El barranquillero es exigente, le gusta viajar y le gusta mucho la gastronomía, cada día se pierde más el tema de las discotecas en la ciudad mientras crecen los restaurantes porque la gente quiere ir a comer y a tomar. Hoy en día saben más lo que está en la vanguardia y son más exigentes con el servicio, los ingredientes y los licores.
¿Qué planes gastronómicos recomienda para distintos bolsillos?
Cualquier persona encuentra buena comida en la ciudad. Hay cuatro tipos de comida que ha sido famosa en el país: la cocina árabe, el que viene a Barranquilla quiere comida árabe; la comida china, muy reconocida; dentro de la comida rápida, las mesas de fritos tradicionales y la comida callejera nocturna, como el chuzo o la mazorca desgranada; y la comida típica.
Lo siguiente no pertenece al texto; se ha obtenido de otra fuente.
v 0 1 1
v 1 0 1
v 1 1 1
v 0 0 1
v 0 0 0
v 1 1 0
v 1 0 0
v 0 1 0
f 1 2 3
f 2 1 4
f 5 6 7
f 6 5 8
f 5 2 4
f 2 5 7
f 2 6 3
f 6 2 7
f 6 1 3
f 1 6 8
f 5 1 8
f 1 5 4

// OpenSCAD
// R6 PROTOTYPE paint geometry: fit/layout artwork only, not paint-ready production masks.
// The visible surfaces swap against R5: the cover is the keyboard/OLED lid; the deck is the
// cassette's Waveshare 7-inch display frame.  Component dimensions and the host/plate outlines
// come from common.scad.  Proposed R6-only placements are named here, not hidden in paint.py.
// The keyboard-lid parameters are now shared with r6_lid_plate.scad through common.scad.
// Display-frame positions and its controls remain proposals until that separate CAD is complete.
include <../common.scad>

// Waveshare 7inch DSI LCD (C), measured in cad/r5_lid_cover_waveshare_7in.scad.
R6_PANEL_W = 192.96;
R6_PANEL_H = 110.76;
R6_PANEL_R = 8;
R6_ACTIVE_W = 154.88;
R6_ACTIVE_H = 86.72;
R6_PANEL_X = (COVER_W - R6_PANEL_W) / 2;
R6_PANEL_Y = 30.0;  // hinge-side proposal from the R6 first-pass plan study

// Proposed display-frame controls, right of/below the panel.  Verify connectors and cable bends
// against the final R6 frame before using any generated mask for paint.
R6_BTN_X = 225.0;
R6_BTN_Y = 160.0;
R6_CHG_X = 225.0;
R6_CHG_Y = 90.0;

// Common painted outlines.  The lower frame retains R5's cavity-height plate outline.
echo(P_W = COVER_W);
echo(P_L = COVER_L);
echo(P_DECK_W = R5_DECK_W);
echo(P_DECK_L = R5_DECK_L);
echo(P_DECK_X0 = R5_DECK_X0);
echo(P_DECK_Y0 = R5_DECK_Y0);
echo(P_DECK_R = R5_DECK_R);
echo(P_DECK_T = R5_DECK_T);
echo(P_COVER_R = COVER_R);

// R6 lid: retain the measured K06/OLED/button envelopes at the proposed R5-derived coordinates.
echo(P_KB_X0 = R5_KB_X0);
echo(P_KB_Y0 = R5_KB_Y0);
echo(P_KB_W = R5_KB_POCKET[0]);
echo(P_KB_H = R5_KB_POCKET[1]);
echo(P_KB_R = R5_KB_CORNER + R5_KB_CLR);
echo(P_OLED_X0 = R5_OLED_WIN_X0);
echo(P_OLED_Y0 = R5_OLED_WIN_Y0);
echo(P_OLED_W = R5_OLED_WIN[0]);
echo(P_OLED_H = R5_OLED_WIN[1]);
echo(P_OBTN_X = R5_OLED_BTN_X);
echo(P_OBTN_Y = R5_OLED_BTN_Y);
echo(P_OBTN_D = R5_OLED_BTN_D);

// R6 display frame: panel, flat paint-border datum and active-area annotation.
echo(P_C_GAP = COVER_GAP);
echo(P_C_FRAME = COVER_FRAME);
echo(P_PANEL_X = R6_PANEL_X);
echo(P_PANEL_Y = R6_PANEL_Y);
echo(P_DISP_W = R6_PANEL_W);
echo(P_DISP_H = R6_PANEL_H);
echo(P_DISP_R = R6_PANEL_R);
echo(P_ACTIVE_W = R6_ACTIVE_W);
echo(P_ACTIVE_H = R6_ACTIVE_H);

// Controls on the display frame, not on the keyboard lid.
echo(P_BTN_X = R6_BTN_X);
echo(P_BTN_Y = R6_BTN_Y);
echo(P_BTN_D = R5_BTN_D);
echo(P_BTN_BODY = R5_BTN_BODY);
echo(P_CHG_X = R6_CHG_X);
echo(P_CHG_Y = R6_CHG_Y);
echo(P_CHG_D = R5_CHG_D);
echo(P_CHG_NUT_D = R5_CHG_NUT_D);

// Proposed removable-frame fastener positions, inherited from the R5 plate for this study.
echo(P_S0 = R5_SCREWS[0][0]); echo(P_S0Y = R5_SCREWS[0][1]);
echo(P_S1 = R5_SCREWS[1][0]); echo(P_S1Y = R5_SCREWS[1][1]);
echo(P_S2 = R5_SCREWS[2][0]); echo(P_S2Y = R5_SCREWS[2][1]);
echo(P_S3 = R5_SCREWS[3][0]); echo(P_S3Y = R5_SCREWS[3][1]);
echo(P_S4 = R5_SCREWS[4][0]); echo(P_S4Y = R5_SCREWS[4][1]);
echo(P_S5 = R5_SCREWS[5][0]); echo(P_S5Y = R5_SCREWS[5][1]);
echo(P_S6 = R5_SCREWS[6][0]); echo(P_S6Y = R5_SCREWS[6][1]);

cube(1);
Pero hoy en día hay además varios restaurantes de alta gama, con chefs reconocidos.
¿Qué diferencial tiene la ciudad en la oferta gastronómica?
Se está invirtiendo mucho en las instalaciones, la calidad del servicio y la calidad del producto, que sumado a la diversidad de oferta hace la diferencia; sabores locales, ingredientes libaneses, técnicas globales.
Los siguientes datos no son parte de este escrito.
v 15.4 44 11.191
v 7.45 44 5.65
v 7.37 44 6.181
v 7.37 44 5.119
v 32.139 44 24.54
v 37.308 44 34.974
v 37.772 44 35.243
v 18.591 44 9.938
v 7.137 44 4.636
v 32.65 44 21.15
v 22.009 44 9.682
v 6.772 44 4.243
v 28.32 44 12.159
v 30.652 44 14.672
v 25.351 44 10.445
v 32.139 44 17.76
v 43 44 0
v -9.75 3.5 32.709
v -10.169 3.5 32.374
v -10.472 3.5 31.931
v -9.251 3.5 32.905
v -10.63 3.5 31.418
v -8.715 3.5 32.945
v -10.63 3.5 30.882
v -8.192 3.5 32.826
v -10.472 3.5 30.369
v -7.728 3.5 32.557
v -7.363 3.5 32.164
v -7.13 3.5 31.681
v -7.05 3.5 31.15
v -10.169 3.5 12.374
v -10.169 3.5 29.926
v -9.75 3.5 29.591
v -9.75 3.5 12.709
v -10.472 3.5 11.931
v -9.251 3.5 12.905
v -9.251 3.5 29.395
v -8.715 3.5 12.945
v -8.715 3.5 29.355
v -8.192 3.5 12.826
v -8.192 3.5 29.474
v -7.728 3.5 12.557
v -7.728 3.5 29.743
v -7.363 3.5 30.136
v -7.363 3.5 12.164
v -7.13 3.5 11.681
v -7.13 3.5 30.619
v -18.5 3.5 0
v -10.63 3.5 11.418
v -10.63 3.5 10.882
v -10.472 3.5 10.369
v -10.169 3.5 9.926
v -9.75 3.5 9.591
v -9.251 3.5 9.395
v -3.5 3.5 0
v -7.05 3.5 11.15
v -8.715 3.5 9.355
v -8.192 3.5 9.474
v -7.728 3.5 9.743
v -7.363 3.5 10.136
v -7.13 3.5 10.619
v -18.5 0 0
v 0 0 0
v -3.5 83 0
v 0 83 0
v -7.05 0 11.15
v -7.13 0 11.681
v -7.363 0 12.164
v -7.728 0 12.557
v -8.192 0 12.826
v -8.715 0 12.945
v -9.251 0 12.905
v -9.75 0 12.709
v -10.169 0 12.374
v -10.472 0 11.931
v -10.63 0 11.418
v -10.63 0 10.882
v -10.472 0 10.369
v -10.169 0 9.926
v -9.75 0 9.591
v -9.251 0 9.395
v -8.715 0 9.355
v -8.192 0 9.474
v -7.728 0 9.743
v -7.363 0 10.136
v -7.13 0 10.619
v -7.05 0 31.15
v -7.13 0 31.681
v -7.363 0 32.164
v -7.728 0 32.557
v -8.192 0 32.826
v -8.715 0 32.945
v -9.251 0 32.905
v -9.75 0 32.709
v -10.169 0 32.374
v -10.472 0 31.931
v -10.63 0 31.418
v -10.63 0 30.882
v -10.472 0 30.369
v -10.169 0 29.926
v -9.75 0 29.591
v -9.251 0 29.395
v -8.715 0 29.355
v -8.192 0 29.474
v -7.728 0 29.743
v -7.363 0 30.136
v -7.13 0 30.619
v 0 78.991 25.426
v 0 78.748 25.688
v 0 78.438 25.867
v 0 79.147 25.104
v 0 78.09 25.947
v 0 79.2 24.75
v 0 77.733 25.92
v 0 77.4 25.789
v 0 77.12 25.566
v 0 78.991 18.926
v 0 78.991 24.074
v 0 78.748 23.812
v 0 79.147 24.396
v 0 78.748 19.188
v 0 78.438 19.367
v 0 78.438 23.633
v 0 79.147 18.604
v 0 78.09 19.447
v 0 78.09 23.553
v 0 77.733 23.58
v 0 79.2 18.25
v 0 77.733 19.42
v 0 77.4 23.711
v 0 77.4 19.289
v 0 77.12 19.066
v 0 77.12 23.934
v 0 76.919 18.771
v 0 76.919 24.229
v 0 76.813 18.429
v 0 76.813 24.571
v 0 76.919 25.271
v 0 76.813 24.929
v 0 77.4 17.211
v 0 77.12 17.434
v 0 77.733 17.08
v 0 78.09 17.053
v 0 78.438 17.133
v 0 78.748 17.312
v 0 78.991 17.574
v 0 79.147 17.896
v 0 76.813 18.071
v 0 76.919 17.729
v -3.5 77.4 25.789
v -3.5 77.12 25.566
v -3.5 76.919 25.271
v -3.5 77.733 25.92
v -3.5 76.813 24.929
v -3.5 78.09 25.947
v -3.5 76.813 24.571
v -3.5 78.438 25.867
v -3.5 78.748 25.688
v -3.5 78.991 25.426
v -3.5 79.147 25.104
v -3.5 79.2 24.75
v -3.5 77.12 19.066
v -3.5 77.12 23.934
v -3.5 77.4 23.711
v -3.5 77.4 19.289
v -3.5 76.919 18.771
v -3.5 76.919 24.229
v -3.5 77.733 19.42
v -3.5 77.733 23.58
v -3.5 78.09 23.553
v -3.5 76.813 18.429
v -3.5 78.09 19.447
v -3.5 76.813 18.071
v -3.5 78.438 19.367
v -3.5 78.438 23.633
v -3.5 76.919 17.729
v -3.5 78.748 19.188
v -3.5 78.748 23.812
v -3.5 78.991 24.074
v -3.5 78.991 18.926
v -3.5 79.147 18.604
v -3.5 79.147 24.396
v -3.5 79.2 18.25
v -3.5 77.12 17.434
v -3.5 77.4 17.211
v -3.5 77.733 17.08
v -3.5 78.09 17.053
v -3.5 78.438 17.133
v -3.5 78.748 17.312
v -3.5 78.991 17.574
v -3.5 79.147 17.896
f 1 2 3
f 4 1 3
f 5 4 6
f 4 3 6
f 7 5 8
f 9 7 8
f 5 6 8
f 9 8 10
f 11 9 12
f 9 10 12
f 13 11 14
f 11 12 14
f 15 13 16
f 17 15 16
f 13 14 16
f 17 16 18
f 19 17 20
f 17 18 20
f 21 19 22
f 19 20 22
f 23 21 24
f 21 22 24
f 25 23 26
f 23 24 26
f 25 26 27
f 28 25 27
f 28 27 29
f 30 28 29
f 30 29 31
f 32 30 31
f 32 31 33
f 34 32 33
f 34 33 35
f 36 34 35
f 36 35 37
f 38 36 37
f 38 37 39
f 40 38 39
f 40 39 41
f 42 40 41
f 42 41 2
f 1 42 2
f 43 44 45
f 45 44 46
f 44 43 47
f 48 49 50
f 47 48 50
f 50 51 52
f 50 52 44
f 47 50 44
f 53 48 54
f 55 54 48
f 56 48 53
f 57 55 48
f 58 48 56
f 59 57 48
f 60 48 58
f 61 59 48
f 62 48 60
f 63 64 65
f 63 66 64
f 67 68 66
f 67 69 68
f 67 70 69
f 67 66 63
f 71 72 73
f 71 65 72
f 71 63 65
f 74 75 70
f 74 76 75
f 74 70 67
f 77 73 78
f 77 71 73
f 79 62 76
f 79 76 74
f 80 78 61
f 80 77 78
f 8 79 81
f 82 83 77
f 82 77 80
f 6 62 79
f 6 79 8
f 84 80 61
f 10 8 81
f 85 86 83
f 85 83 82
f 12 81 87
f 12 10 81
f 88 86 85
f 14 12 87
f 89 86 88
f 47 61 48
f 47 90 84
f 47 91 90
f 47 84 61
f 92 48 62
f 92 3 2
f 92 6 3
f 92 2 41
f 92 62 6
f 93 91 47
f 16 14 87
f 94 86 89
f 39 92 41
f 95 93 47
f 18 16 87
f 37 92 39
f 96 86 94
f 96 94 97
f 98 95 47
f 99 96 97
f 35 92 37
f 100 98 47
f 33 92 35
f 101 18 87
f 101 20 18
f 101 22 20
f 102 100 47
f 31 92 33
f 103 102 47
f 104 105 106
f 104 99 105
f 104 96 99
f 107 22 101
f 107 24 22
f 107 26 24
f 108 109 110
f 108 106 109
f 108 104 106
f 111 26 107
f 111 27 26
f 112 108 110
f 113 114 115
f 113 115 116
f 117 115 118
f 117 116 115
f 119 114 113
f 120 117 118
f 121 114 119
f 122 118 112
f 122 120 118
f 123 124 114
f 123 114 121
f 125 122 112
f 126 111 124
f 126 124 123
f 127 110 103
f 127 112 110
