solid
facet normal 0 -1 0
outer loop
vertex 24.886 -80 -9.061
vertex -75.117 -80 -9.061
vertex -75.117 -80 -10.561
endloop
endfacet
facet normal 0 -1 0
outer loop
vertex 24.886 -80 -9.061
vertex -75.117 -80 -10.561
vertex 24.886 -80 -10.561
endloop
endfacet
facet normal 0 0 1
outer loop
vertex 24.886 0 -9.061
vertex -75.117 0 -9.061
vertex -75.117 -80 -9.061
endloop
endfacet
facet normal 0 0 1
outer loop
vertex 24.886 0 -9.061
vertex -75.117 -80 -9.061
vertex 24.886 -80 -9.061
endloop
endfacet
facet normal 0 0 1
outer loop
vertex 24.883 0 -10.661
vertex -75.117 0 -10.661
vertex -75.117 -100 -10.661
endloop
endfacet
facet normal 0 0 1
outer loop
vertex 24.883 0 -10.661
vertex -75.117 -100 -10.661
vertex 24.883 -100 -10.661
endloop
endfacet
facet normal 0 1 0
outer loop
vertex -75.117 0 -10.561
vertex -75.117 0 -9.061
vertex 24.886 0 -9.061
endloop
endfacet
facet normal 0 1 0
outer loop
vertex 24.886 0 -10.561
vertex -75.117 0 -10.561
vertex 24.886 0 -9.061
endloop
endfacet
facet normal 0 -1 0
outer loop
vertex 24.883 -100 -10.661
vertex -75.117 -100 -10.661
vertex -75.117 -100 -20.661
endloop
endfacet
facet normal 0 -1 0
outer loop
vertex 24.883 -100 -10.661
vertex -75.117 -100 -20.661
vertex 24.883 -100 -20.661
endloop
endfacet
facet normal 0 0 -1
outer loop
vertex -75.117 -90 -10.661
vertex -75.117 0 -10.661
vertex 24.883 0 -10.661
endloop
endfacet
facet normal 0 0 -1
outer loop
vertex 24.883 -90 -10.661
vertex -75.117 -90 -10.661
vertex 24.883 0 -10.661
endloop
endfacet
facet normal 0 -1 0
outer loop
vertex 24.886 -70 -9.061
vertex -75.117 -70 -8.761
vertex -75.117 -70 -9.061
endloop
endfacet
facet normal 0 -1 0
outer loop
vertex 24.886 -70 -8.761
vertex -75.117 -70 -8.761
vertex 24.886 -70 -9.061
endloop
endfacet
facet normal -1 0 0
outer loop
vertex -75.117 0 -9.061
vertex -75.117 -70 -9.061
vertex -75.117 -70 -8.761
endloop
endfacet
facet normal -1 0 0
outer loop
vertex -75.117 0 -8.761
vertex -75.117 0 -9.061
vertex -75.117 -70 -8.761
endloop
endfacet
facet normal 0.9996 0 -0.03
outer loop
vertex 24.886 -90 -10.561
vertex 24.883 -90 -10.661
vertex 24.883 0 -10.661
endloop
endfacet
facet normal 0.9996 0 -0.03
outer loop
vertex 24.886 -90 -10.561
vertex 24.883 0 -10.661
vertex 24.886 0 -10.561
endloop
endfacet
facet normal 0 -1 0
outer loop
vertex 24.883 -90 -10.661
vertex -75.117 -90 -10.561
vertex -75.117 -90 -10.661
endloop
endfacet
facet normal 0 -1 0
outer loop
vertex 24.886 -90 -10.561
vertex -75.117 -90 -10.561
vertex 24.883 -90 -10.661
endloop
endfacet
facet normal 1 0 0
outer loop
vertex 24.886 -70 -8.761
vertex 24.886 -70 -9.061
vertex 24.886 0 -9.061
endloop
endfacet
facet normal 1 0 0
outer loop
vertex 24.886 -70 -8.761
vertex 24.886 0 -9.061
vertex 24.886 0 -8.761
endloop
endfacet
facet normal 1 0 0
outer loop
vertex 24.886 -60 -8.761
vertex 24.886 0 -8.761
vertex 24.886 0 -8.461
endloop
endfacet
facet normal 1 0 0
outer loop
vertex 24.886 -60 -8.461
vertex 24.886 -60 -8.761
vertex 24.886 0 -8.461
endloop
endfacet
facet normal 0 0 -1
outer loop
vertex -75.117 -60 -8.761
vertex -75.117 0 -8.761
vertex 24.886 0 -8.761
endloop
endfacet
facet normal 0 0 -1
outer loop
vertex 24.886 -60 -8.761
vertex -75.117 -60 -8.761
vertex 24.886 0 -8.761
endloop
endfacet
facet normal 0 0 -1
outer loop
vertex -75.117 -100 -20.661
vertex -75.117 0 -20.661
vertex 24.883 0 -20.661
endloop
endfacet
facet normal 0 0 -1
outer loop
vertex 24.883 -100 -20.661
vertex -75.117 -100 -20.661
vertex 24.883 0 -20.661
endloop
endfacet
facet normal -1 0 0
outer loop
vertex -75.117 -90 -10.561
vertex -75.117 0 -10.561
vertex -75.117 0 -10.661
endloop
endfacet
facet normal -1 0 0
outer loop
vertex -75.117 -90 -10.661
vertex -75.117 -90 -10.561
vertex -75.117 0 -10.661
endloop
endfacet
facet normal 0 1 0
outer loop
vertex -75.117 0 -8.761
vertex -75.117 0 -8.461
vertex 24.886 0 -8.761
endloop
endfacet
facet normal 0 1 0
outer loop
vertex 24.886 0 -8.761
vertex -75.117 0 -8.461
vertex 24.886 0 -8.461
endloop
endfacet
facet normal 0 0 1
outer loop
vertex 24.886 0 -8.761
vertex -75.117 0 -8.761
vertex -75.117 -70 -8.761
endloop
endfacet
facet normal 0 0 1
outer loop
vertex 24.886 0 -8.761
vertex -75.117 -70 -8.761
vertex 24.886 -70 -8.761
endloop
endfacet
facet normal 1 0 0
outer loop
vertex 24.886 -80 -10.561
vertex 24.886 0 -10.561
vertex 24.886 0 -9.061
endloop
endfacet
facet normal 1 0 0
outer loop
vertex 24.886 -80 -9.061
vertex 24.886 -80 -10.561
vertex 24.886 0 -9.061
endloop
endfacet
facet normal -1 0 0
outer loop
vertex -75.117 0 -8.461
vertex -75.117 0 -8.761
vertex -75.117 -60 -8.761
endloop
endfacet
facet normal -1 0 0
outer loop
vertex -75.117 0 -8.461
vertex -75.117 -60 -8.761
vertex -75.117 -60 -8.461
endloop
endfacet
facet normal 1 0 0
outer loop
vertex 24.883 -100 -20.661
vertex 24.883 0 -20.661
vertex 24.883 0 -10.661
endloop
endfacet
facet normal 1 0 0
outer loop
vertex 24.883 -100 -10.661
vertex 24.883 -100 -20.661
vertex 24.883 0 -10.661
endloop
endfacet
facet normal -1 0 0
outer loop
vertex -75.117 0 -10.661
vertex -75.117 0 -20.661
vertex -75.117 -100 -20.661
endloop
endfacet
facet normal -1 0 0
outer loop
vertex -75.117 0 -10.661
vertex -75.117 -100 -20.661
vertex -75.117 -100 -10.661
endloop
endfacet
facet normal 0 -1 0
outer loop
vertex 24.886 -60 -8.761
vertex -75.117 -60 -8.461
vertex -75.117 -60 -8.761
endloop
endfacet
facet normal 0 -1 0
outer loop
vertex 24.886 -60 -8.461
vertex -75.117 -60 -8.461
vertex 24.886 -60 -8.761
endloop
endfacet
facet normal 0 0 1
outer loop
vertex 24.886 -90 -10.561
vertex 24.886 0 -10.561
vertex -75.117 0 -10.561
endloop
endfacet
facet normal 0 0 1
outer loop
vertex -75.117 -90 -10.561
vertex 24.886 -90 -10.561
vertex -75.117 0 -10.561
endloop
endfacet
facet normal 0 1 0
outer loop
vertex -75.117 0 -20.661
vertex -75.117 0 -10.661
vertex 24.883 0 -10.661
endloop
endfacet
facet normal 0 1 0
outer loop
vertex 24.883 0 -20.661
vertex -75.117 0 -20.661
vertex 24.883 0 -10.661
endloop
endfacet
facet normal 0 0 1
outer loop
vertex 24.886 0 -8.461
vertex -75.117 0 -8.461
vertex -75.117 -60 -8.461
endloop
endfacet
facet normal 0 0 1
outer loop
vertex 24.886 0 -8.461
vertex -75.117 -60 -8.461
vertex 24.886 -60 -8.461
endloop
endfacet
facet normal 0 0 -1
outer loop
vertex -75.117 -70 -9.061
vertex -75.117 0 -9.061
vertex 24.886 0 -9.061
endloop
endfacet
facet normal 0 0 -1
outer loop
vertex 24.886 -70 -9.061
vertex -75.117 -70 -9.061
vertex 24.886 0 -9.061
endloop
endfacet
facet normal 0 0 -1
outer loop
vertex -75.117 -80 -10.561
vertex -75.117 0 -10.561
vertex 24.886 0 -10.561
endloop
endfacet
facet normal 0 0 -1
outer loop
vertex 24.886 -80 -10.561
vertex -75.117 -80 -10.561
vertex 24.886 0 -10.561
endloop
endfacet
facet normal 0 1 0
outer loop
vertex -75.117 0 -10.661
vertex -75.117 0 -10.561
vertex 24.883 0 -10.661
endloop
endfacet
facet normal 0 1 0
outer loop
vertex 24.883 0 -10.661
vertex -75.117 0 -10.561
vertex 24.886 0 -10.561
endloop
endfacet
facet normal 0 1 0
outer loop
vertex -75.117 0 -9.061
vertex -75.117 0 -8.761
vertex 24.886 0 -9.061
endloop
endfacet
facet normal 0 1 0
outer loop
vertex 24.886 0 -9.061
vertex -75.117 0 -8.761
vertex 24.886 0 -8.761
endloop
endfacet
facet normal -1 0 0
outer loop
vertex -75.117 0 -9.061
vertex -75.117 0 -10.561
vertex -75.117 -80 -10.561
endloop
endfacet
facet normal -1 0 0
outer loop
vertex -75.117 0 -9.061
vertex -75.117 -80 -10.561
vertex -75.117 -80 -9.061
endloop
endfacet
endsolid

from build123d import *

# Parameters (mm, degrees)
F0_W     = 100
F0_H     = 10
F1_DEPTH = 100
F2_DEPTH = 90
F0_W_2   = 100.003165
F0_H_2   = 1.5
F3_DEPTH = 80
F0_H_3   = 0.3
F4_DEPTH = 70
F5_DEPTH = 60


with BuildPart() as f1:
    # F0 (on Front) → F1 (new body)
    with BuildSketch(Plane.XZ):
        with Locations((-25.116783, -15.660791)):
            Rectangle(F0_W, F0_H)
    extrude(amount=F1_DEPTH)


with BuildPart() as f2:
    # F0 (on Front) → F2 (new body)
    with BuildSketch(Plane.XZ):
        Polygon((-75.116783, -10.560841), (-75.116783, -10.660791), (24.883217, -10.660791), (24.886382, -10.560841), align=None)
    extrude(amount=F2_DEPTH)


with BuildPart() as f3:
    # F0 (on Front) → F3 (new body)
    with BuildSketch(Plane.XZ):
        with Locations((-25.115201, -9.810841)):
            Rectangle(F0_W_2, F0_H_2)
    extrude(amount=F3_DEPTH)


with BuildPart() as f4:
    # F0 (on Front) → F4 (new body)
    with BuildSketch(Plane.XZ):
        with Locations((-25.115201, -8.910841)):
            Rectangle(F0_W_2, F0_H_3)
    extrude(amount=F4_DEPTH)


with BuildPart() as f5:
    # F0 (on Front) → F5 (new body)
    with BuildSketch(Plane.XZ):
        with Locations((-25.115201, -8.610841)):
            Rectangle(F0_W_2, F0_H_3)
    extrude(amount=F5_DEPTH)


solid = Compound([f1.part, f2.part, f3.part, f4.part, f5.part])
¿Cuál es el reto más grande para que la ciudad se consolide como destino gastronómico, con tanta competencia?
Traer a más gente y que esa gente quiera volver. Está llegando gente a comer; ahora hay que lograr que ese cliente cuando se vaya diga acá quiero volver a comer.
Por lo pronto, quiero volver a caminar por el malecón y a probar el crudo de medregal de Manuel Cocina, su entrada de cangrejo con helado de aguacate, sus paletas de guayaba agria, rellenas de uchuva, y el “Falso sol”, un coctel de viche con jarabe de cúrcuma. Todos ameritan echarse el viaje a Barranquilla.